After all, the NSA's global surveillance network was set up on the Nixonian principle of sweeping it all up -- the words, in whatever form, of everyone who was anyone (and lots of people who weren't). A generation of German politicians, Brazilians galore, terror suspects as well as just about anyone with a cell phone in the tribal backlands of the planet, two presidents of Mexico, three German chancellors, three French presidents, at least 35 heads of state, the secretary general of the U.N., and so on. The list was unending. As with Nixon, only officials of the national security state were to know that all our communications were being logged and stored. Only they were to be exempt from potential scrutiny. (Hence their utter outrage when Edward Snowden revealed their racket to the world.) Like Nixon, they would, in the end, be left with the same hopeless, incriminating overload of words. They would sweep it all up and yet, drowning in data, they wouldn't hear a thing.
So pick up Tim Weiner's new book and don't for a second imagine that it's ancient history. Think of it as the book of Genesis for the American national security state's Bible. In the meantime, thanks to the kindness of Weiner's publisher, Henry Holt, TomDispatch offers a little taste of the lead-up to the last days of Richard Nixon from One Man Against the World -- of the moment when his system began to cave in and threatened to bury him alive. Someday, we can only hope, the same thing will happen to those responsible for similar acts on an unimaginably larger scale in our own time. Tom
"The Most Dangerous Man in America"
The Fall of Richard Nixon
By Tim Weiner
[This essay has been adapted from chapters 1 and 22 of Tim Weiner's new book, One Man Against the World: The Tragedy of Richard Nixon, with the kind permission of Henry Holt and Company.]
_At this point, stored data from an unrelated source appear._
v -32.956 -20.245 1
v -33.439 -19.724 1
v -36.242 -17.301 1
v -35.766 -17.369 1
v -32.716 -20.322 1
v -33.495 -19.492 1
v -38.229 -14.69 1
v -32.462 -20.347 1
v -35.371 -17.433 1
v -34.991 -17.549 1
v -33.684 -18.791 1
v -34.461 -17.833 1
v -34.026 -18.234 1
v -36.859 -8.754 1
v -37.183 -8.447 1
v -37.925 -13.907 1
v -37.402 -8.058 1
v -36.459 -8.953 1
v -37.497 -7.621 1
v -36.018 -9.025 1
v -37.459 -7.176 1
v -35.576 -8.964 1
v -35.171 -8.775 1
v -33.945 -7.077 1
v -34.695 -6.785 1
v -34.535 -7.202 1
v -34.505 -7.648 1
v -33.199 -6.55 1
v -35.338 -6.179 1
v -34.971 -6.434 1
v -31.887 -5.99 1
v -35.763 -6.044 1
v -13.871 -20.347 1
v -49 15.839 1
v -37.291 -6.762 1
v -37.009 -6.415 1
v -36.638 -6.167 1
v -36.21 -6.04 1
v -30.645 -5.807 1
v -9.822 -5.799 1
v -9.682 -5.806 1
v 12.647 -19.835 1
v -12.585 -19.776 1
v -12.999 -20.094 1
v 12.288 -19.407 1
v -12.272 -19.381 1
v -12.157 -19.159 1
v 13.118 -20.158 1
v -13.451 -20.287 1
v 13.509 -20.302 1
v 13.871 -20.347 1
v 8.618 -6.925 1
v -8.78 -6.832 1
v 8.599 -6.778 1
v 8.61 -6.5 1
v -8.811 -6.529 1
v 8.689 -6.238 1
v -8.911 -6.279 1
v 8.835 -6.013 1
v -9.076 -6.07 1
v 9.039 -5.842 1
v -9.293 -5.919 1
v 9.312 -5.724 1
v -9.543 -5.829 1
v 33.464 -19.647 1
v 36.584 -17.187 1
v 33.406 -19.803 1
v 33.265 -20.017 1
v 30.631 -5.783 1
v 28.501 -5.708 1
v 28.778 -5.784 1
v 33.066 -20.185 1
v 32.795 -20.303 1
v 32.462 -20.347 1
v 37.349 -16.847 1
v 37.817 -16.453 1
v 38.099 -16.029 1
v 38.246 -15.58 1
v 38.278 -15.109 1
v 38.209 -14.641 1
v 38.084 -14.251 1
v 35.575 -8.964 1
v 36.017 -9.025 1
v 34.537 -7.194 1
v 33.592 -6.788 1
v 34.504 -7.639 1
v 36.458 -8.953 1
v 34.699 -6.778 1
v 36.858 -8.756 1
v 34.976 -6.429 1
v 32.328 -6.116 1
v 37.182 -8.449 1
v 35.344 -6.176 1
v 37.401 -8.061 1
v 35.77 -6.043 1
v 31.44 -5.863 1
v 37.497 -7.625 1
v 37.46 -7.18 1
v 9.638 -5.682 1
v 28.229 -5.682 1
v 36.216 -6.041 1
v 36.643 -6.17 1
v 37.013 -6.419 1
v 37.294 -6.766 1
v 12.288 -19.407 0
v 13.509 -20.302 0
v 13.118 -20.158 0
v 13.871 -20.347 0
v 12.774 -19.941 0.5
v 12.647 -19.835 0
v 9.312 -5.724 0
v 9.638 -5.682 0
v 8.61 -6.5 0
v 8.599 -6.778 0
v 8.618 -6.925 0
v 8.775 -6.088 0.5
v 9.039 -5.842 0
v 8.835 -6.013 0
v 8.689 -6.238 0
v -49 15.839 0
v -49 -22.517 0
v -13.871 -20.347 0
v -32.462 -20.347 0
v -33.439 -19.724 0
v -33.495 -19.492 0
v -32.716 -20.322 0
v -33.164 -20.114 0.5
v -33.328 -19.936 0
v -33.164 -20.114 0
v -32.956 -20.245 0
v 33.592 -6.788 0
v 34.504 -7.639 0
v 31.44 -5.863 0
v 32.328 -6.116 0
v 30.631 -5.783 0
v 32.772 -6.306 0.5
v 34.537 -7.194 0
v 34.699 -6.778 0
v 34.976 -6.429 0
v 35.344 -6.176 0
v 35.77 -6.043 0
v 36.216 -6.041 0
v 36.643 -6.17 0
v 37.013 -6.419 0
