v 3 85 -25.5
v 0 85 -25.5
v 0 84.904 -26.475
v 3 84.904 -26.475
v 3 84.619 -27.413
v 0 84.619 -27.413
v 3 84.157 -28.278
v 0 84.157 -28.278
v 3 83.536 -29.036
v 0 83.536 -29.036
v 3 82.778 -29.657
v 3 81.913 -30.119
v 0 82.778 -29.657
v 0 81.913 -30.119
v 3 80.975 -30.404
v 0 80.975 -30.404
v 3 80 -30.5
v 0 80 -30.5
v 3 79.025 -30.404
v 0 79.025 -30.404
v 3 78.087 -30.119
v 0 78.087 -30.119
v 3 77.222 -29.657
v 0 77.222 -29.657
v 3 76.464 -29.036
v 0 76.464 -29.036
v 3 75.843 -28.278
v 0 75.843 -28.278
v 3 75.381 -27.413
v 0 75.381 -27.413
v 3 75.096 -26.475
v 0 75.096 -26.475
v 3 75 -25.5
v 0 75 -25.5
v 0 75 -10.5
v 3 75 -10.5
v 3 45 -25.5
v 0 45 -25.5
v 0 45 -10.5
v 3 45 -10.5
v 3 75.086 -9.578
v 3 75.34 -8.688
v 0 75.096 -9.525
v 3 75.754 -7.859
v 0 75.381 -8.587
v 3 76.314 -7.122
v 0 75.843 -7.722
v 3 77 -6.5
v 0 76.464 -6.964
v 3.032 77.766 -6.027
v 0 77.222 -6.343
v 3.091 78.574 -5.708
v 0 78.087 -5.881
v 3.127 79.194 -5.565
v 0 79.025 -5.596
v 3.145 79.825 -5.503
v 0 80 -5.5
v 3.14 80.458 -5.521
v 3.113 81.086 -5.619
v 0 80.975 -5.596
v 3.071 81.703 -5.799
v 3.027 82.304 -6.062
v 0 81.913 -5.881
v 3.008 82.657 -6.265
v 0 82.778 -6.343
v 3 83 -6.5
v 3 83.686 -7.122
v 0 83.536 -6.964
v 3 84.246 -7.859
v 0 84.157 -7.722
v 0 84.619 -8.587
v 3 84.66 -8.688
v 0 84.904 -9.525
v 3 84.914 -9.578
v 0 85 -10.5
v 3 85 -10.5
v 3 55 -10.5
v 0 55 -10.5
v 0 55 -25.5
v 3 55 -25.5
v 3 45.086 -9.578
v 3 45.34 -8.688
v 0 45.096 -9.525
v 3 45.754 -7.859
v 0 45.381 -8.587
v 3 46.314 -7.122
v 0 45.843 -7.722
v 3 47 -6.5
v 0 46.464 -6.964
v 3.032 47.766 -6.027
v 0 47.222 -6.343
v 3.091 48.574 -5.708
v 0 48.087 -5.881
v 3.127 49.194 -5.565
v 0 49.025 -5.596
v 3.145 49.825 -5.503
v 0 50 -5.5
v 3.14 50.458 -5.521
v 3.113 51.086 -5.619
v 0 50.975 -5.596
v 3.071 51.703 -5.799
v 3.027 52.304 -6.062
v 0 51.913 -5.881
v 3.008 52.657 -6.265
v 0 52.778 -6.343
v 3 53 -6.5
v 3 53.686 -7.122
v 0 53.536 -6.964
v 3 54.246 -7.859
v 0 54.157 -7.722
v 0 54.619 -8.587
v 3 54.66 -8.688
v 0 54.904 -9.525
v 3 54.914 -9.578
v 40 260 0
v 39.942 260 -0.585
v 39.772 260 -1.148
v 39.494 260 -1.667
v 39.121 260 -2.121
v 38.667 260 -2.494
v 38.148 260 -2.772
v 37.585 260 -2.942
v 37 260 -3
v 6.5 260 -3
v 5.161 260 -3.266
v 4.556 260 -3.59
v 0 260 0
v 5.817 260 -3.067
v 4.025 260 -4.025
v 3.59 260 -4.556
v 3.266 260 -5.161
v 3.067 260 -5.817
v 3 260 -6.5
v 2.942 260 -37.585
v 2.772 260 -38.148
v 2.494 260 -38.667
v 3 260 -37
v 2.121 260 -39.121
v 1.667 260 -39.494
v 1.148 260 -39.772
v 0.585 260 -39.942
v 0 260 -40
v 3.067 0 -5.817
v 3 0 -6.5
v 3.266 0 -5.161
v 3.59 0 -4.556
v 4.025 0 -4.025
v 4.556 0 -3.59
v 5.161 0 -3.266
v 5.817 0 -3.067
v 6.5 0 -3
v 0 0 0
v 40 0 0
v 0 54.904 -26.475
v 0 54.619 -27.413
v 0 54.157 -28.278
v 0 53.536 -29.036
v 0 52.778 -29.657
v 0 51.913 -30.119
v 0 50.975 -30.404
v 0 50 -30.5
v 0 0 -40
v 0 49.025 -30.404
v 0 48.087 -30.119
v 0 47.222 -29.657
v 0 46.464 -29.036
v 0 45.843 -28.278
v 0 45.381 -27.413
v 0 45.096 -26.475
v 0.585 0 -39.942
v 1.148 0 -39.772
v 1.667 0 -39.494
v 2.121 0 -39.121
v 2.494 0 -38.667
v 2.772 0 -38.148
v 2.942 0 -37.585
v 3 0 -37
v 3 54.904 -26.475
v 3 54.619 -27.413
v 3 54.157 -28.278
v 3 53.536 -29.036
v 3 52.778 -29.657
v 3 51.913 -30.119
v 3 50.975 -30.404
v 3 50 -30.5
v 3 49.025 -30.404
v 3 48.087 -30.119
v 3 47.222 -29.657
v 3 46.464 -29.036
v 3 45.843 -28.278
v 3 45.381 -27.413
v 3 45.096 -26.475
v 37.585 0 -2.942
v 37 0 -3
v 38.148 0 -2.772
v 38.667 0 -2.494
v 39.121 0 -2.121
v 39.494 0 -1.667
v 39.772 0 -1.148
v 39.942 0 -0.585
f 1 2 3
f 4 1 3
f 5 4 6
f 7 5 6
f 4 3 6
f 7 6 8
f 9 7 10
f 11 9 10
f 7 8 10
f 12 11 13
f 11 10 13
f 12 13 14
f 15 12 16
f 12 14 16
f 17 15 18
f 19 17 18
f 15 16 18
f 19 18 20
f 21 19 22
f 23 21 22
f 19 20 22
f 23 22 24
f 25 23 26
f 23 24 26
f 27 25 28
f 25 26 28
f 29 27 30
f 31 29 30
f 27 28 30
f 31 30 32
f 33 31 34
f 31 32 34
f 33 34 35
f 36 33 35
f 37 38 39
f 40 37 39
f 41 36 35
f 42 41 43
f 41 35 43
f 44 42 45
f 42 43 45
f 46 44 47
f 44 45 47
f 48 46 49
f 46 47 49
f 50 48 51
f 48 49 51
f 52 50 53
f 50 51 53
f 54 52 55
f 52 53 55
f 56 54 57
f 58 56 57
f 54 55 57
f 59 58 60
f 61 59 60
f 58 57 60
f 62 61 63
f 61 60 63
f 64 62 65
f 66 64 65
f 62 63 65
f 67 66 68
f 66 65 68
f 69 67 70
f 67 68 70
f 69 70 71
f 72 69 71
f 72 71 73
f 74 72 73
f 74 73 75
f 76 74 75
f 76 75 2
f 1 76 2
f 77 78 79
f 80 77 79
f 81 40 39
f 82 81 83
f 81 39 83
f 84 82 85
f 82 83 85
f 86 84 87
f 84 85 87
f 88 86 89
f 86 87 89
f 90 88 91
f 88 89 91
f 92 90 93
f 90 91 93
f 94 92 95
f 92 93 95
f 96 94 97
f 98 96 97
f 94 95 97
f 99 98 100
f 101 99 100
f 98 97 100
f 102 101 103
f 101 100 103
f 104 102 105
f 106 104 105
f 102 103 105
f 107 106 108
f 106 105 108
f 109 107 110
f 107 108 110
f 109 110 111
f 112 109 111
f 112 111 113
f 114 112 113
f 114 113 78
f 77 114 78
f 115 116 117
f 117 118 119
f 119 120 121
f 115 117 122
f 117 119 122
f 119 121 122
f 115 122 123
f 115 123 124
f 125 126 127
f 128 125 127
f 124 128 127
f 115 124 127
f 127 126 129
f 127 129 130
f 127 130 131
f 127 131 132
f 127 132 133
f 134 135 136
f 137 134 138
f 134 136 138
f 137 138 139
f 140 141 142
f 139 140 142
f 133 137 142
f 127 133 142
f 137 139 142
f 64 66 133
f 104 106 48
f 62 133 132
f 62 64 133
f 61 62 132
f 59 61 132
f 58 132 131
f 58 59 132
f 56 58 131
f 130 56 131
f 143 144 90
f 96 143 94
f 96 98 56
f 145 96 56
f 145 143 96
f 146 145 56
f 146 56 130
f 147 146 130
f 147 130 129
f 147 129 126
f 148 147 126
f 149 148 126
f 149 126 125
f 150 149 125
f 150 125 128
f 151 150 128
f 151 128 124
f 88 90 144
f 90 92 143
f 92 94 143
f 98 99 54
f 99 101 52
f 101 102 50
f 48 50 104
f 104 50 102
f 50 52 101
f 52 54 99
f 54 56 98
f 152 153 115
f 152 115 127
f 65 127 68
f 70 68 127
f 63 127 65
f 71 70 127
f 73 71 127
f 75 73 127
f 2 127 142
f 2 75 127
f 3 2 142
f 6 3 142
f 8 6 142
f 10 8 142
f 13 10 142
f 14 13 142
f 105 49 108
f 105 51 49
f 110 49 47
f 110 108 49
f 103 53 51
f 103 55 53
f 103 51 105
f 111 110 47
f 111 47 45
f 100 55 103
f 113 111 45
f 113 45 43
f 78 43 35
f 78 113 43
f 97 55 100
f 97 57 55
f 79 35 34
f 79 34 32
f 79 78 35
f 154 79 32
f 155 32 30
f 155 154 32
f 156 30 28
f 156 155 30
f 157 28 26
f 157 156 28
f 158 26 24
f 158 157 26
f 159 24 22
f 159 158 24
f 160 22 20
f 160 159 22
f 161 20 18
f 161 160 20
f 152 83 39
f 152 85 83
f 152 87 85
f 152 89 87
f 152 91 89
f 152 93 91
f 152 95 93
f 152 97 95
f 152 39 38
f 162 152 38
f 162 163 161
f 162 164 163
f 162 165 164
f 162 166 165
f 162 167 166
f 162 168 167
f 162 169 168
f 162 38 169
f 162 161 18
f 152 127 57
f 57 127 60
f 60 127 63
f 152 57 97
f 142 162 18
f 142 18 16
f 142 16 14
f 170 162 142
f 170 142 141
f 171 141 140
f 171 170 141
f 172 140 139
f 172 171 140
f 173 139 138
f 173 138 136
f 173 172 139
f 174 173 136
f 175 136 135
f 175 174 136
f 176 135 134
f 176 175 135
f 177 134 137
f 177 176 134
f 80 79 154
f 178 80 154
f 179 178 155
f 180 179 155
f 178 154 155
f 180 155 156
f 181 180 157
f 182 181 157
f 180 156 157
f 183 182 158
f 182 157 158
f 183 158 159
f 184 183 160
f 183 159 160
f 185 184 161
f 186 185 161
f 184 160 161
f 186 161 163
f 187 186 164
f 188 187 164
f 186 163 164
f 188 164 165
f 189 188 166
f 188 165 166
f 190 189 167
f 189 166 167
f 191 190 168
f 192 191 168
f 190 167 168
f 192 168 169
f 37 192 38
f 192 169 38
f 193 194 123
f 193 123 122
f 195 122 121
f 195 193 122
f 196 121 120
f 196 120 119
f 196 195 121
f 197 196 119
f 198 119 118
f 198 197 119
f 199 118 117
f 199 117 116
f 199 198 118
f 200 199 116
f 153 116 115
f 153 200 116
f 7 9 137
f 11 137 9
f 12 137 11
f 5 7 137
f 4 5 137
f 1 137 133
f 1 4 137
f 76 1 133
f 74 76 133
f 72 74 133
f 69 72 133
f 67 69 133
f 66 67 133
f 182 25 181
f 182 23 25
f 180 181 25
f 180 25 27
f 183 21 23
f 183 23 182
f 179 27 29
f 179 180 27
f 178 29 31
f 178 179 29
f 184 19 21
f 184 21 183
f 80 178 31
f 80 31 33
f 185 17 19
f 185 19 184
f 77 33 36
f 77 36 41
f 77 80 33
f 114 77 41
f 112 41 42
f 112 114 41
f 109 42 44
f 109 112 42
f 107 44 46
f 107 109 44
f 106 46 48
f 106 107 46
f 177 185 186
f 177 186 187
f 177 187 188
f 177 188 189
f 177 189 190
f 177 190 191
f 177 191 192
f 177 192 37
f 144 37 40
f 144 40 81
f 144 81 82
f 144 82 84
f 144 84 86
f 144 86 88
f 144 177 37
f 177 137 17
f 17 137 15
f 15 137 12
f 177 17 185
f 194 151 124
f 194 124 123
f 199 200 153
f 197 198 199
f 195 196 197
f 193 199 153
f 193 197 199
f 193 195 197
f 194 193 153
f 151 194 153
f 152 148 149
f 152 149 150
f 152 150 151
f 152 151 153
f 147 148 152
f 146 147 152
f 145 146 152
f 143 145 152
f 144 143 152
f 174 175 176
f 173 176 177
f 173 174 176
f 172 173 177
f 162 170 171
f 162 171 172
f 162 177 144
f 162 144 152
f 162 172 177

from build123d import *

# Parameters (mm, degrees)
IRON_V40X40X3_1_DEPTH = 260
CUT_EXTRUDE1_DEPTH    = 10


with BuildPart() as part:
    # Sketch1 → Iron V40X40X3(1) (new body)
    with BuildSketch(Plane(origin=(0, 0, 0), x_dir=(1, 0, 0), z_dir=(0, 1, 0))):
        with BuildLine():
            Line((0, 0), (0, 40))
            ThreePointArc((0, 40), (2.121320344, 39.121320344), (3, 37))
            Line((3, 37), (3, 6.5))
            ThreePointArc((3, 6.5), (4.025126266, 4.025126266), (6.5, 3))
            Line((6.5, 3), (37, 3))
            ThreePointArc((37, 3), (39.121320344, 2.121320344), (40, 0))
            Line((40, 0), (0, 0))
        make_face()
    extrude(amount=IRON_V40X40X3_1_DEPTH)

    # Sketch2 → Cut-Extrude1 (cut)
    with BuildSketch(Plane(origin=(0, 0, 0), x_dir=(0, 0, -1), z_dir=(1, 0, 0))):
        with BuildLine():
            Line((10.5, 55), (25.5, 55))
            ThreePointArc((25.5, 55), (30.5, 50), (25.5, 45))
            Line((25.5, 45), (10.5, 45))
            ThreePointArc((10.5, 45), (5.5, 50), (10.5, 55))
        make_face()
        with BuildLine():
            Line((10.5, 85), (25.5, 85))
            ThreePointArc((25.5, 85), (30.5, 80), (25.5, 75))
            Line((25.5, 75), (10.5, 75))
            ThreePointArc((10.5, 75), (5.5, 80), (10.5, 85))
        make_face()
    extrude(amount=CUT_EXTRUDE1_DEPTH, mode=Mode.SUBTRACT)


solid = part.part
Richard Nixon saw himself as a great statesman, a giant for the ages, a general who could command the globe, a master of war, not merely the leader of the free world but "the world leader." Yet he was addicted to the gutter politics that ruined him. He was -- as an English earl once said of the warlord Oliver Cromwell -- "a great, bad man."
In Nixon's first State of the Union speech, he said that he was possessed by "an indefinable spirit -- the lift of a driving dream which has made America, from its beginning, the hope of the world." He promised the American people "the best chance since World War II to enjoy a generation of uninterrupted peace."
But Richard Nixon was never at peace. A darker spirit animated him -- malevolent and violent, driven by anger and an insatiable appetite for revenge. At his worst he stood on the brink of madness. He thought the world was against him. He saw enemies everywhere. His greatness became an arrogant grandeur.- Advertisement -
By experience deeply suspicious, by instinct incurably deceptive, he was branded by an indelible epithet: Tricky Dick. No less a man than Martin Luther King Jr. saw a glimpse of the monster beneath the veneer the first time they met, when King was the rising leader of the civil rights movement. "Nixon has a genius for convincing one that he is sincere," King wrote in 1958. "If Richard Nixon is not sincere, he is the most dangerous man in America."
Unscrambling the Whole Omelet
That spring was a dark season for Richard Nixon. Each week brought deluges of bad news. The downpours turned to floods, and the rising torrents slowly eroded the stone wall surrounding the White House. The wars of Watergate consumed every waking moment.